**What is being asked:** Your answer should be one number: the count of lines in the records that include the word "offset".

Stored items
**********

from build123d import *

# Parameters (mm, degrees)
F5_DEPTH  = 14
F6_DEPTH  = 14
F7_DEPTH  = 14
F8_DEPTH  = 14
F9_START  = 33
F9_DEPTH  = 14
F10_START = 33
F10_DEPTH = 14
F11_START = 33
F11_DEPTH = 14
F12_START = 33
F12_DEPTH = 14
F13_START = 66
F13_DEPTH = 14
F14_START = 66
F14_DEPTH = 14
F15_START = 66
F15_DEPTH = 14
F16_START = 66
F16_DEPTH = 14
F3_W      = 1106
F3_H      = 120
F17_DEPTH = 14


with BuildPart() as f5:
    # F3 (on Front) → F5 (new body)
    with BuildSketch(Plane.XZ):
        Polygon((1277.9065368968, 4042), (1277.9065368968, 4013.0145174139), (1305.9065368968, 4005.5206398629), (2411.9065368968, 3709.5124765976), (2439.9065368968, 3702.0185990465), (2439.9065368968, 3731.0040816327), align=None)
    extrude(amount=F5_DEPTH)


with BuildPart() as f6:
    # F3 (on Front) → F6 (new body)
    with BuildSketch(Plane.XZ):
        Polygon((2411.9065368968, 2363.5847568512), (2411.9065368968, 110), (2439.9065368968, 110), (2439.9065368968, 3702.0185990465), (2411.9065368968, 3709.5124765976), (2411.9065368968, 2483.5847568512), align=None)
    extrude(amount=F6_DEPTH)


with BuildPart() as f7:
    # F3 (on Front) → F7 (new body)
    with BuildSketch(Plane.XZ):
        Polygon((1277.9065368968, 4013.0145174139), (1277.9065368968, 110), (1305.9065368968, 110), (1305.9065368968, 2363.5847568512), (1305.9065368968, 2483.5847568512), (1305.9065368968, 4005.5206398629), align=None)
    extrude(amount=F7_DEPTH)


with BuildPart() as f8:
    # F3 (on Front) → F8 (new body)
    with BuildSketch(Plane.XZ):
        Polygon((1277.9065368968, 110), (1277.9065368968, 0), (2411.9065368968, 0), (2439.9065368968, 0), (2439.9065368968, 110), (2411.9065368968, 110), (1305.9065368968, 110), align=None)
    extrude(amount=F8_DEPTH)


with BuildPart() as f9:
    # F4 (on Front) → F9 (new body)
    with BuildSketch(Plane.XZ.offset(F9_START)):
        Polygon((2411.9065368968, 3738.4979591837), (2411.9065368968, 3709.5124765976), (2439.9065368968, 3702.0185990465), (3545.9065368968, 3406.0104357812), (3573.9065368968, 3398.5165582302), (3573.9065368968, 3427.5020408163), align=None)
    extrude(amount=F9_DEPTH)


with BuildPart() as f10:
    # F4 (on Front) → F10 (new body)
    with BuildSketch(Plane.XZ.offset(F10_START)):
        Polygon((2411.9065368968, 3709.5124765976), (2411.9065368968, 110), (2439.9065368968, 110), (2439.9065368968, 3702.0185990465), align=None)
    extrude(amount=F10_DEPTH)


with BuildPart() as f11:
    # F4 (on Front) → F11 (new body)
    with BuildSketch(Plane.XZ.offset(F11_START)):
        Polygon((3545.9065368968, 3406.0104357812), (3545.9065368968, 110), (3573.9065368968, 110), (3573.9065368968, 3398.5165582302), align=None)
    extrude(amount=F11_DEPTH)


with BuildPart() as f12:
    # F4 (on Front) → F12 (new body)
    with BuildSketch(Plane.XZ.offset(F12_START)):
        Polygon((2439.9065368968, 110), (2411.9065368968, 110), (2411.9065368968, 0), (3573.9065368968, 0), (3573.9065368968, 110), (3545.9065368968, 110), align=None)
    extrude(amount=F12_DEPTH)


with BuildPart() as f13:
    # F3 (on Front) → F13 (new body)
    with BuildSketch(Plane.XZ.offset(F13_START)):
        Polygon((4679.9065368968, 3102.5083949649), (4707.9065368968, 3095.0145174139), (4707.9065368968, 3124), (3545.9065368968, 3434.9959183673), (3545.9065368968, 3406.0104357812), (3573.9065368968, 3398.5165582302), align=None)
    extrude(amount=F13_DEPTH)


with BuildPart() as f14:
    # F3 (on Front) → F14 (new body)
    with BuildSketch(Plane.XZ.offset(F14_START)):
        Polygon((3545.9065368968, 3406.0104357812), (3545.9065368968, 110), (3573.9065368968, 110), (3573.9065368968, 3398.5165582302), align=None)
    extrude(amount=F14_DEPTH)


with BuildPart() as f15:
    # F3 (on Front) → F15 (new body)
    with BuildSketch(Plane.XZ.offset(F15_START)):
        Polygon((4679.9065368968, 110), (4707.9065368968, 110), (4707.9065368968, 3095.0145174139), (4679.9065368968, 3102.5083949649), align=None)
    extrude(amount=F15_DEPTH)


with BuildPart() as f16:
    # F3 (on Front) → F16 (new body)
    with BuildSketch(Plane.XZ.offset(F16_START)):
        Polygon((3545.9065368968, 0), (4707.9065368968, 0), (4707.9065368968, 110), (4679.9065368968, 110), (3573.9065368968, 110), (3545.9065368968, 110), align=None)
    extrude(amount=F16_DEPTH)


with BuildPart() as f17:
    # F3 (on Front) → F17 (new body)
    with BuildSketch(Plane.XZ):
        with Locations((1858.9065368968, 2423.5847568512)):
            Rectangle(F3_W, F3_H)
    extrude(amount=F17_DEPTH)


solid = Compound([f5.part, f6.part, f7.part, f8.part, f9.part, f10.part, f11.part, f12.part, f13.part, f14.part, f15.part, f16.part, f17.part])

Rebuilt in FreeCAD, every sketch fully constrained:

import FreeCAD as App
import Part
import Sketcher
from FreeCAD import Vector
Q = App.Units.Quantity


def add_polygon(sketch, points):
    """Adds a closed chain of lines whose ends are joined by coincident constraints."""
    first, n = sketch.GeometryCount, len(points)
    for a, b in zip(points, points[1:] + points[:1]):
        sketch.addGeometry(Part.LineSegment(App.Vector(*a, 0), App.Vector(*b, 0)), False)
    for i in range(n):
        sketch.addConstraint(Sketcher.Constraint("Coincident", first + i, 2, first + (i + 1) % n, 1))

doc = App.newDocument("Part")
body = doc.addObject("PartDesign::Body", "Body")

# Sketch on XZ plane
sketch1 = body.newObject("Sketcher::SketchObject", "Sketch")
sketch1.AttachmentSupport = (doc.getObject("XZ_Plane"), [""])
sketch1.MapMode = "FlatFace"
add_polygon(sketch1, [(1278, 4042), (1278, 4013), (2412, 3710), (2440, 3702), (2440, 3731)])  # lines 0-4
sketch1.addConstraint(Sketcher.Constraint("Vertical", 0))
sketch1.addConstraint(Sketcher.Constraint("Vertical", 3))
sketch1.addConstraint(Sketcher.Constraint("Parallel", 1, 2))
sketch1.addConstraint(Sketcher.Constraint("Parallel", 2, 4))
sketch1.addConstraint(Sketcher.Constraint("DistanceY", -1, 1, 4, 2, Q("4042 mm")))
sketch1.addConstraint(Sketcher.Constraint("DistanceX", 0, 2, 1, 2, Q("1134 mm")))
sketch1.addConstraint(Sketcher.Constraint("DistanceX", 1, 2, 2, 2, Q("28 mm")))
sketch1.addConstraint(Sketcher.Constraint("DistanceY", -1, 1, 2, 2, Q("3702.018599 mm")))
sketch1.addConstraint(Sketcher.Constraint("DistanceY", 0, 2, 0, 1, Q("28.985483 mm")))
sketch1.addConstraint(Sketcher.Constraint("DistanceX", -1, 1, 0, 2, Q("1277.906537 mm")))
pad1 = body.newObject("PartDesign::Pad", "Pad")
pad1.Profile = sketch1
pad1.Length = 14
body2 = doc.addObject("PartDesign::Body", "Body001")

# Sketch on XZ plane
sketch2 = body2.newObject("Sketcher::SketchObject", "Sketch001")
sketch2.AttachmentSupport = (doc.getObject("XZ_Plane001"), [""])
sketch2.MapMode = "FlatFace"
add_polygon(sketch2, [(2412, 110), (2440, 110), (2440, 3702), (2412, 3710)])  # lines 0-3
sketch2.addConstraint(Sketcher.Constraint("Horizontal", 0))
sketch2.addConstraint(Sketcher.Constraint("Vertical", 1))
sketch2.addConstraint(Sketcher.Constraint("Vertical", 3))
sketch2.addConstraint(Sketcher.Constraint("DistanceX", 0, 1, 0, 2, Q("28 mm")))
sketch2.addConstraint(Sketcher.Constraint("DistanceY", -1, 1, 0, 2, Q("110 mm")))
sketch2.addConstraint(Sketcher.Constraint("DistanceY", 1, 1, 1, 2, Q("3592.018599 mm")))
sketch2.addConstraint(Sketcher.Constraint("DistanceY", 3, 2, 3, 1, Q("3599.512477 mm")))
sketch2.addConstraint(Sketcher.Constraint("DistanceX", -1, 1, 0, 2, Q("2439.906537 mm")))
pad2 = body2.newObject("PartDesign::Pad", "Pad001")
pad2.Profile = sketch2
pad2.Length = 14
body3 = doc.addObject("PartDesign::Body", "Body002")

# Sketch on XZ plane
sketch3 = body3.newObject("Sketcher::SketchObject", "Sketch002")
sketch3.AttachmentSupport = (doc.getObject("XZ_Plane002"), [""])
sketch3.MapMode = "FlatFace"
add_polygon(sketch3, [(1278, 4013), (1278, 110), (1306, 110), (1306, 4006)])  # lines 0-3
sketch3.addConstraint(Sketcher.Constraint("Vertical", 0))
sketch3.addConstraint(Sketcher.Constraint("Horizontal", 1))
sketch3.addConstraint(Sketcher.Constraint("Vertical", 2))
sketch3.addConstraint(Sketcher.Constraint("DistanceX", 1, 1, 1, 2, Q("28 mm")))
sketch3.addConstraint(Sketcher.Constraint("DistanceY", -1, 1, 0, 2, Q("110 mm")))
sketch3.addConstraint(Sketcher.Constraint("DistanceY", 2, 1, 2, 2, Q("3895.52064 mm")))
sketch3.addConstraint(Sketcher.Constraint("DistanceY", 0, 2, 0, 1, Q("3903.014517 mm")))
sketch3.addConstraint(Sketcher.Constraint("DistanceX", -1, 1, 0, 2, Q("1277.906537 mm")))
pad3 = body3.newObject("PartDesign::Pad", "Pad002")
pad3.Profile = sketch3
pad3.Length = 14
body4 = doc.addObject("PartDesign::Body", "Body003")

**********

**Answer box:** 8